But while obtaining permission and licensing is certainly something familiar to those that work in the copyright field, in the age of Creative Commons, meta tags and robots.txt, this seems archaic.

More than a consensus, we need a way for bloggers and other RSS publishers to voice their preferences about republication with the RSS feed itself. Companies should not have to knock on every door to obtain permission, imagine if search engines had to do so, and bloggers who are not comfortable with sites like Shyftr should not have to worry about their content being misused.

Such a system would also help separate the legitimate RSS republishers from the spam bloggers, the same was robots.txt separates the legitimate spiders from the questionable ones, and encourage responsible RSS use.

Best of all, it would speed up the dialog about RSS republishing by making everyone’s opinion known, and encouraging people to talk about why they made the choices they did. This would be far more efficient than waiting for a site like Shyftr to become the center of attention and start a heated debate.

Conclusions

Personally, I side with those that felt Shyftr crossed a line. By republishing the full RSS feed and making it available to non-subscribers, who aren’t counted as readers in any tracking program, and to the search engines, they did a great disservice to the content creators they used. They were right to change their policies and I am glad they were so quick to listen.

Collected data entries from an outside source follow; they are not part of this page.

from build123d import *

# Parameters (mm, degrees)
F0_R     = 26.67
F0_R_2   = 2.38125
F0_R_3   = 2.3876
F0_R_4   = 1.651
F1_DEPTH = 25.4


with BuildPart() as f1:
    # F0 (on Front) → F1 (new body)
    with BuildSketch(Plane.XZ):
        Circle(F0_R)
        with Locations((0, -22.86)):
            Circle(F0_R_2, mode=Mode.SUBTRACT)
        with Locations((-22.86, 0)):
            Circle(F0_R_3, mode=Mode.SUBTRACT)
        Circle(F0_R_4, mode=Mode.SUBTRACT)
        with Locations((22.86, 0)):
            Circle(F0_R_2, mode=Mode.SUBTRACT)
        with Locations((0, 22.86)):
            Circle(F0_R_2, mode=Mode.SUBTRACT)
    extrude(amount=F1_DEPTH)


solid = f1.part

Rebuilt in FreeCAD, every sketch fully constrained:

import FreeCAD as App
import Part
import Sketcher

V = App.Vector
Q = App.Units.Quantity

doc = App.newDocument("Part")
body = doc.addObject("PartDesign::Body", "Body")

# Sketch on XZ plane
sketch1 = doc.addObject("Sketcher::SketchObject", "Sketch")
body.addObject(sketch1)
sketch1.AttachmentSupport = (doc.XZ_Plane, [""])
sketch1.MapMode = "FlatFace"
sketch1.addGeometry([
    Part.Circle(V(0, 0, 0), V(0, 0, 1), 26.67),  # 0
    Part.Circle(V(0, -22.86, 0), V(0, 0, 1), 2.38125),  # 1
    Part.Circle(V(-22.86, 0, 0), V(0, 0, 1), 2.3876),  # 2
    Part.Circle(V(0, 0, 0), V(0, 0, 1), 1.651),  # 3
    Part.Circle(V(22.86, 0, 0), V(0, 0, 1), 2.38125),  # 4
    Part.Circle(V(0, 22.86, 0), V(0, 0, 1), 2.38125),  # 5
], False)
sketch1.addConstraint([
    Sketcher.Constraint("Coincident", 0, 3, -1, 1),
    Sketcher.Constraint("Coincident", 3, 3, -1, 1),
    Sketcher.Constraint("Equal", 1, 4),
    Sketcher.Constraint("Equal", 4, 5),
    Sketcher.Constraint("Symmetric", 2, 3, 4, 3, -1, 1),
    Sketcher.Constraint("Symmetric", 1, 3, 5, 3, -1, 1),
    Sketcher.Constraint("PointOnObject", 1, 3, -2),
    Sketcher.Constraint("PointOnObject", 2, 3, -1),
    Sketcher.Constraint("Diameter", 0, Q("2.1 in")),
    Sketcher.Constraint("Diameter", 3, Q("0.13 in")),
    Sketcher.Constraint("Diameter", 1, Q("0.1875 in")),
    Sketcher.Constraint("Diameter", 2, Q("0.188 in")),
    Sketcher.Constraint("DistanceY", 1, 3, -1, 1, Q("0.9 in")),
    Sketcher.Constraint("DistanceX", 2, 3, -1, 1, Q("0.9 in")),
])
pad1 = doc.addObject("PartDesign::Pad", "Pad")
body.addObject(pad1)
pad1.Profile = sketch1
pad1.Length = Q("1 in")

doc.recompute()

However, I also agree with Shyftr that the discussions we’ve had over the past few days have been “healthy”. Though I was in the middle of a host transfer for most of the weekend and unable to participate much until Sunday, the discussions and dialogs have been great and have shown that, despite not selling the work, bloggers still take their content very seriously and take a great deal of interest in how it is used.

It is also clear that bloggers have many reasons, other than republishing, to offer a full RSS feed. The idea of simply offering a shortened feed is not acceptable to many as it is a disservice to their regular readers. Clearly, a full feed is not intended to be a blanket blessing to republish at will, at least to a large percentage of bloggers, and that makes it clear that there is a need for some other indicator.

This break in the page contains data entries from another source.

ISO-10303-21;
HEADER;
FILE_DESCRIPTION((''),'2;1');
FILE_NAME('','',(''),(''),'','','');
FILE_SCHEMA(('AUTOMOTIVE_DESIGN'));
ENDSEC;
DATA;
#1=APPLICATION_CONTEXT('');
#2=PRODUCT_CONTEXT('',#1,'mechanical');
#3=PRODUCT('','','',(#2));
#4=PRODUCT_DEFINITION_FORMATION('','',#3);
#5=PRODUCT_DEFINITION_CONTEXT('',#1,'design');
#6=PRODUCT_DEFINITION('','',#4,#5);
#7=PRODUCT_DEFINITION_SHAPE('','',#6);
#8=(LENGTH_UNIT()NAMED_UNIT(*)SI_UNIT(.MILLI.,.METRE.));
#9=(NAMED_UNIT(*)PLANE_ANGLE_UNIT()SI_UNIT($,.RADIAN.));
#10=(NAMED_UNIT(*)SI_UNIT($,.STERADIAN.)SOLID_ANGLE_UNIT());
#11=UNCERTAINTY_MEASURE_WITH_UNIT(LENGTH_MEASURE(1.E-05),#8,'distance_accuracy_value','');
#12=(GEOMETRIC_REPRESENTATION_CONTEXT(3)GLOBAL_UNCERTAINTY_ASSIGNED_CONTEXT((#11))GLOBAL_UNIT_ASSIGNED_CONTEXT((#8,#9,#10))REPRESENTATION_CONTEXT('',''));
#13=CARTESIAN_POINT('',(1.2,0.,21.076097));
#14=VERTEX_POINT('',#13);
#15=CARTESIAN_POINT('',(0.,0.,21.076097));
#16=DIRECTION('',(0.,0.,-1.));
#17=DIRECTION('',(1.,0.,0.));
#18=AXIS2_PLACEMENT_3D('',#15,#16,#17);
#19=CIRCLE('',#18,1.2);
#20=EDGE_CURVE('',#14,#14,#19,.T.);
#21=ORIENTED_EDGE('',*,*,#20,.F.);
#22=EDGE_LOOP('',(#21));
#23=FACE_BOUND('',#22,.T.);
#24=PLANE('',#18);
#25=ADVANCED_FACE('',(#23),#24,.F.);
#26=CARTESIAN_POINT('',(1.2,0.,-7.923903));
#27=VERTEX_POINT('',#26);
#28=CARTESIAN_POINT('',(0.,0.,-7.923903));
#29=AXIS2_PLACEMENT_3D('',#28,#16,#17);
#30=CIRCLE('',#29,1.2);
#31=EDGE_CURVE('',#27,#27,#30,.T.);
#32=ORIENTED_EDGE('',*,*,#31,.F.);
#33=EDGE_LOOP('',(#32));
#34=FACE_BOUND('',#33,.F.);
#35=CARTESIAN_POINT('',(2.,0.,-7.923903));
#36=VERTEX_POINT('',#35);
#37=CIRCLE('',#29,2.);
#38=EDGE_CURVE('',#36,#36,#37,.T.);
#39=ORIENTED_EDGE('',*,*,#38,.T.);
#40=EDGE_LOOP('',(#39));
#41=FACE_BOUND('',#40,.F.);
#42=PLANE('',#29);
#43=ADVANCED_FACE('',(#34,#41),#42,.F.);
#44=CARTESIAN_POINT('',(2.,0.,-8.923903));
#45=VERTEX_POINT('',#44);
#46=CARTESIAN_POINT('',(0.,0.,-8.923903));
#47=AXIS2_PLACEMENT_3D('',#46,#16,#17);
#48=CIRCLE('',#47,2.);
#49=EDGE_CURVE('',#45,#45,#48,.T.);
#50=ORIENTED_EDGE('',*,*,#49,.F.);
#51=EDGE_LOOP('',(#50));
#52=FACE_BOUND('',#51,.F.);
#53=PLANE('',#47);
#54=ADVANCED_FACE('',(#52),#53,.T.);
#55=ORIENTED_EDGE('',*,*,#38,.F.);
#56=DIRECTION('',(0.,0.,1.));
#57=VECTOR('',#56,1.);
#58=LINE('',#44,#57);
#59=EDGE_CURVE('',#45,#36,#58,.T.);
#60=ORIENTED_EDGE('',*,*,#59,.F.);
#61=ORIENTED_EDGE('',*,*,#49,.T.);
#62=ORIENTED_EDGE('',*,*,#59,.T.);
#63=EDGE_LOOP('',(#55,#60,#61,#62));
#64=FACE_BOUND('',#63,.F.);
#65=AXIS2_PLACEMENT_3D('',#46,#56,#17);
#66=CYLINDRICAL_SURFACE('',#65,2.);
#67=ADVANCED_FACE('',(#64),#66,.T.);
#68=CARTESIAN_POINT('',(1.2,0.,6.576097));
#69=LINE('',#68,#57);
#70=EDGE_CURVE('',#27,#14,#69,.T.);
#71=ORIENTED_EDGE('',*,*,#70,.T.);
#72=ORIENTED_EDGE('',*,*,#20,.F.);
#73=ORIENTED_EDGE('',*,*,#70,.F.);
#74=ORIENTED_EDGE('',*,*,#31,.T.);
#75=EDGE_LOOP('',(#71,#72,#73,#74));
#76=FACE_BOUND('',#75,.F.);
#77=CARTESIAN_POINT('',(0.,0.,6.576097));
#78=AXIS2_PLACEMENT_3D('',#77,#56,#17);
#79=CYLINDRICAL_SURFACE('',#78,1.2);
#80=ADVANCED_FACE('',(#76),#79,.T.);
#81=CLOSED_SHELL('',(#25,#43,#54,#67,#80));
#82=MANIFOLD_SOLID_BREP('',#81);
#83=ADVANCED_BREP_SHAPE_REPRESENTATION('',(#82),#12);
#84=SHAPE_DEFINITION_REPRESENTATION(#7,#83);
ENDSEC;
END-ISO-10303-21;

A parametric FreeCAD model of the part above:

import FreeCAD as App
import Part
import Sketcher
from FreeCAD import Vector

doc = App.newDocument("Part")
body = doc.addObject("PartDesign::Body", "Body")

# Sketch on XZ plane
sketch1 = body.newObject("Sketcher::SketchObject", "Sketch")
sketch1.AttachmentSupport = (doc.getObject("XZ_Plane"), [""])
sketch1.MapMode = "FlatFace"
sketch1.addGeometry([
    Part.LineSegment(Vector(0, -8.9, 0), Vector(2, -8.9, 0)),  # 0
    Part.LineSegment(Vector(2, -8.9, 0), Vector(2, -7.9, 0)),  # 1
    Part.LineSegment(Vector(2, -7.9, 0), Vector(1.2, -7.9, 0)),  # 2
    Part.LineSegment(Vector(1.2, -7.9, 0), Vector(1.2, 21.1, 0)),  # 3
    Part.LineSegment(Vector(1.2, 21.1, 0), Vector(0, 21.1, 0)),  # 4
    Part.LineSegment(Vector(0, 21.1, 0), Vector(0, -8.9, 0)),  # 5
], False)
sketch1.addConstraint([
    Sketcher.Constraint("Coincident", 0, 2, 1, 1),
    Sketcher.Constraint("Coincident", 1, 2, 2, 1),
    Sketcher.Constraint("Coincident", 2, 2, 3, 1),
    Sketcher.Constraint("Coincident", 3, 2, 4, 1),
    Sketcher.Constraint("Coincident", 4, 2, 5, 1),
    Sketcher.Constraint("Coincident", 5, 2, 0, 1),
    Sketcher.Constraint("Horizontal", 0),
    Sketcher.Constraint("Vertical", 1),
    Sketcher.Constraint("Horizontal", 2),
    Sketcher.Constraint("Vertical", 3),
    Sketcher.Constraint("Horizontal", 4),
    Sketcher.Constraint("Vertical", 5),
    Sketcher.Constraint("PointOnObject", 4, 2, -2),
    Sketcher.Constraint("DistanceX", 0, 1, 0, 2, 2.0),
    Sketcher.Constraint("DistanceY", 1, 1, 1, 2, 1.0),
    Sketcher.Constraint("DistanceY", 3, 1, 3, 2, 29.0),
    Sketcher.Constraint("DistanceX", 2, 2, 2, 1, 0.8),
    Sketcher.Constraint("DistanceY", 0, 2, -1, 1, 8.923903),
])
revolution = body.newObject("PartDesign::Revolution", "Revolution")
revolution.Profile = sketch1
revolution.ReferenceAxis = (sketch1, ["V_Axis"])
revolution.Angle = 360

doc.recompute()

In the end, we only have two choices in this matter. One is we can let the courts decide how RSS feeds are intended to be used, or we can let technology help give bloggers an individual choice.

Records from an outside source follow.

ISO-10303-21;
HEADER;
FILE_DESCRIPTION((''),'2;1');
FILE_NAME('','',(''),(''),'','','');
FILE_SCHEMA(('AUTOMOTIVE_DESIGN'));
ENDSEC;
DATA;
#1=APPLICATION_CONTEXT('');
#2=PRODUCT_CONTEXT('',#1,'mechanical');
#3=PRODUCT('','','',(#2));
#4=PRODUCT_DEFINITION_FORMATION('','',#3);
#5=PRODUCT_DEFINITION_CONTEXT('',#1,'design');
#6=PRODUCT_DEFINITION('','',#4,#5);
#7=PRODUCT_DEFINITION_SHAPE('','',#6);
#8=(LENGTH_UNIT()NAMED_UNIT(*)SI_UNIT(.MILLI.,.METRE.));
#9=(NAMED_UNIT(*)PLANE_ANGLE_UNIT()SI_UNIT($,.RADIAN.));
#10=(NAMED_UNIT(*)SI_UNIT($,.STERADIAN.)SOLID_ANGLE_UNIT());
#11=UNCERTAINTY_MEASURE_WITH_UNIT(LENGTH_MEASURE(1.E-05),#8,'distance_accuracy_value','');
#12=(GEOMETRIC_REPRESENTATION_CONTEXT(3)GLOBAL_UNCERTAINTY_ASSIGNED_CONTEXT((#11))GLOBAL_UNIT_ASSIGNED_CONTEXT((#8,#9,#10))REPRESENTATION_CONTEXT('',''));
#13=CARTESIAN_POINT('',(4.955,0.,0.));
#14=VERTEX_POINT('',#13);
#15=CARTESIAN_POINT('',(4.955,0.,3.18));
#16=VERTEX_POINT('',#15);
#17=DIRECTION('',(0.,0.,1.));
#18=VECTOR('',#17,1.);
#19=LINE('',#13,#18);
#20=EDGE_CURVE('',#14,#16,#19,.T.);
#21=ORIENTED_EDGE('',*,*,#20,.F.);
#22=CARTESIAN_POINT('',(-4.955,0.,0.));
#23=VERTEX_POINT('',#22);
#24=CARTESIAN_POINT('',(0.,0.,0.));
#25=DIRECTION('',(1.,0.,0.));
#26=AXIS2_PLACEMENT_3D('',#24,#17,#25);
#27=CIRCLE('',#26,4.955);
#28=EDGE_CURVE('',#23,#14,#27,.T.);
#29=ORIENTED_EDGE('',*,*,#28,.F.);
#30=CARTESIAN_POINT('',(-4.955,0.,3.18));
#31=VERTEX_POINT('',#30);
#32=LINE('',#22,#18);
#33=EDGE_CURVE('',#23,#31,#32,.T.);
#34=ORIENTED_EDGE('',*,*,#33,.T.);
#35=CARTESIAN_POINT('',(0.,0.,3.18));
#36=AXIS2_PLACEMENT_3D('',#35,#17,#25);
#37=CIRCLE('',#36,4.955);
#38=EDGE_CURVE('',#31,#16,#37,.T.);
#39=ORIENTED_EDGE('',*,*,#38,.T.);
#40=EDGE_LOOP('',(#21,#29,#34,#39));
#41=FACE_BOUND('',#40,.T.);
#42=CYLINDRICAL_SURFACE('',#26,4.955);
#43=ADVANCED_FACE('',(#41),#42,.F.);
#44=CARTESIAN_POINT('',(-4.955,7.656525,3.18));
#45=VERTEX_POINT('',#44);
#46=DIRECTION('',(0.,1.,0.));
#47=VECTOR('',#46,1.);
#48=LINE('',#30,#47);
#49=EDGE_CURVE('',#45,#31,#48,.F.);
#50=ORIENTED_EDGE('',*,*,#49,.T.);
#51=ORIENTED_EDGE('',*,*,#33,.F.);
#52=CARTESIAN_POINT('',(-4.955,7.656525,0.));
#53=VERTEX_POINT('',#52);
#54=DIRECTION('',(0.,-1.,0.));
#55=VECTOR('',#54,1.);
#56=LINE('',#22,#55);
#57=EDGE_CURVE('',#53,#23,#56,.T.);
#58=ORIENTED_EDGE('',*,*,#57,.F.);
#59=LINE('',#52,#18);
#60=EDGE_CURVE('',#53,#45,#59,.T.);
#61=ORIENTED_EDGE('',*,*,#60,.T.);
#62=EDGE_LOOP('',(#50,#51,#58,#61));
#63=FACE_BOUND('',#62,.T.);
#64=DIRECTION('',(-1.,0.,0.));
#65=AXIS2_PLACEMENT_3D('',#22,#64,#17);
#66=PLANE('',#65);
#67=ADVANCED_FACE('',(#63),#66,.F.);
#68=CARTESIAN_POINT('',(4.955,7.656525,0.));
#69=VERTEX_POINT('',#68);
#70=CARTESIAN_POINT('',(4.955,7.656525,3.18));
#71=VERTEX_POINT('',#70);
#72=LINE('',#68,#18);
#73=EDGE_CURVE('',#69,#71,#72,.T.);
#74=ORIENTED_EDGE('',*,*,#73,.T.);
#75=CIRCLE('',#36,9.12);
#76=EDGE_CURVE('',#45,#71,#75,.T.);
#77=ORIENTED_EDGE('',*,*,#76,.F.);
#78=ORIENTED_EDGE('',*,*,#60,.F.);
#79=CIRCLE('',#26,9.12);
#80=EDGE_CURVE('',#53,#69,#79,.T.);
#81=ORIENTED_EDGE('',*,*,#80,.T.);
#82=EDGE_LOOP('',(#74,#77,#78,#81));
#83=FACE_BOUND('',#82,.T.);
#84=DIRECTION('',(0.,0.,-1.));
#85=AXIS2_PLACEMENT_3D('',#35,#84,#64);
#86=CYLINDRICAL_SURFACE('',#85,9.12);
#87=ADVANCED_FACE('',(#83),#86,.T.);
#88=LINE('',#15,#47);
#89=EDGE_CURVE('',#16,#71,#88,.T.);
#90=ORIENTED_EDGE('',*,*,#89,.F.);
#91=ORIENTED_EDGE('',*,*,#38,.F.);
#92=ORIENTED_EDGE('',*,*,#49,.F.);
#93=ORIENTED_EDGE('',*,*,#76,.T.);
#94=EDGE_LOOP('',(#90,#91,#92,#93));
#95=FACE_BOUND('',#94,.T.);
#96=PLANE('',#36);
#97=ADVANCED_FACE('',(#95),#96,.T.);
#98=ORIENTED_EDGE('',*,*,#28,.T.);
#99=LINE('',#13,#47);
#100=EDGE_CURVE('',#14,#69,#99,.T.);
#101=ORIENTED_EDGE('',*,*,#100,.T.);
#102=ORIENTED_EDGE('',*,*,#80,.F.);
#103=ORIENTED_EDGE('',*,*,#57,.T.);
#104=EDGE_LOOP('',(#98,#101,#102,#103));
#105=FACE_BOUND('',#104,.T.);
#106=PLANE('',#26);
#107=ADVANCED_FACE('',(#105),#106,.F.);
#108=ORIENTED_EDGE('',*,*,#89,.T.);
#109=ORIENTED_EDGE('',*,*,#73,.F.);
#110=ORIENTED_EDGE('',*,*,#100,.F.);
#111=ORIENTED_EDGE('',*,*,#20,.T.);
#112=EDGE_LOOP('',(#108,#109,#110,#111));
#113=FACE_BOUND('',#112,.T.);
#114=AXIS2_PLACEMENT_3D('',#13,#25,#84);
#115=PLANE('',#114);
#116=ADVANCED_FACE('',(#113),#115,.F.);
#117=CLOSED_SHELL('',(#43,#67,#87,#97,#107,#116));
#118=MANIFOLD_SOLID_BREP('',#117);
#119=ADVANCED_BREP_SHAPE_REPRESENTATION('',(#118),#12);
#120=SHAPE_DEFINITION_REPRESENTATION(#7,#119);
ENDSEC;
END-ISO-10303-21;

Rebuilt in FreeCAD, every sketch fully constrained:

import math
import FreeCAD as App
import Part
import Sketcher
from FreeCAD import Vector

doc = App.newDocument("Part")
body = doc.addObject("PartDesign::Body", "Body")

sketch1 = body.newObject("Sketcher::SketchObject", "Sketch")
sketch1.AttachmentSupport = (doc.getObject("XY_Plane"), [""])
sketch1.MapMode = "FlatFace"
sketch1.addGeometry(Part.Circle(Vector(0, 0, 0), Vector(0, 0, 1), 9), False)
sketch1.addConstraint([
    Sketcher.Constraint("Coincident", 0, 3, -1, 1),
    Sketcher.Constraint("Diameter", 0, 18.24),
])
pad1 = body.newObject("PartDesign::Pad", "Pad")
pad1.Profile = sketch1
pad1.Length = 3.18

sketch2 = body.newObject("Sketcher::SketchObject", "Sketch001")
sketch2.AttachmentSupport = (doc.getObject("XY_Plane"), [""])
sketch2.MapMode = "FlatFace"
sketch2.AttachmentOffset = App.Placement(Vector(0, 0, 3.18), App.Rotation())
sketch2.addGeometry([
    Part.LineSegment(Vector(-5, 7.7, 0), Vector(-5, 0, 0)),
    Part.ArcOfCircle(Part.Circle(Vector(0, 0, 0), Vector(0, 0, 1), 5), math.radians(180), math.radians(360)),
    Part.LineSegment(Vector(5, 0, 0), Vector(5, 7.7, 0)),
    Part.ArcOfCircle(Part.Circle(Vector(0, 0, 0), Vector(0, 0, 1), 9.1), math.radians(57), math.radians(123)),
], False)
sketch2.addConstraint([
    Sketcher.Constraint("Tangent", 0, 2, 1, 1),
    Sketcher.Constraint("Tangent", 1, 2, 2, 1),
    Sketcher.Constraint("Coincident", 2, 2, 3, 1),
    Sketcher.Constraint("Coincident", 3, 2, 0, 1),
    Sketcher.Constraint("Vertical", 0),
    Sketcher.Constraint("Vertical", 2),
    Sketcher.Constraint("Coincident", 1, 3, -1, 1),
    Sketcher.Constraint("Coincident", 3, 3, -1, 1),
    Sketcher.Constraint("Radius", 3, 9.12),
    Sketcher.Constraint("Radius", 1, 4.955),
])
pocket1 = body.newObject("PartDesign::Pocket", "Pocket")
pocket1.Profile = sketch2
pocket1.Type = "ThroughAll"
pocket1.Midplane = True

doc.recompute()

Clearly the time has come to re-evaluate licensing and RSS feeds. If anything good is to come out of the Shyftr saga, let us hope that it is a practical way for bloggers to have their wishes expressed and for the rest of us to avoid these kinds of issues in the future.

View Comments (8)
  • Jonathan, Shyftr’s policy change over the weekend did little to appease me. It was just smoke and mirrors. As you can see if you look at my feed as displayed on Shyftr’s site, they’re still showing the full content of my feed articles, which I find entirely unacceptable.

    They’ve reserved the right to display the full content of feed items where there are no comments on the original site. That’s ridiculous and it’s still an infringement of my copyright as far as I’m concerned.

    Since they have not removed my feed from their site, and they haven’t used excerpts to display feed items, I still intend to go through with my DMCA take-down notice.

  • A quick correction. It seems their new rule is to display the shortened version of a feed item only if there is discussion on it at Shyftr, not at the original site. My own post on Shyftr, stolen from my feed, is still displayed in full at Shyftr despite having gathered plenty of comments on my own site.

  • Jonathan,

    Thanks for the legal insight. My sense is that Shyftr could be the straw that broke the camel’s back in the sense that many bloggers have been fine with RSS because it has been seen as a way to expand their brands and grow distribution. But now that the conversation around their content is happening in other places, some bloggers may start to question a decentralized content ecosystem. Shyftry just opened a can of worms in a big way.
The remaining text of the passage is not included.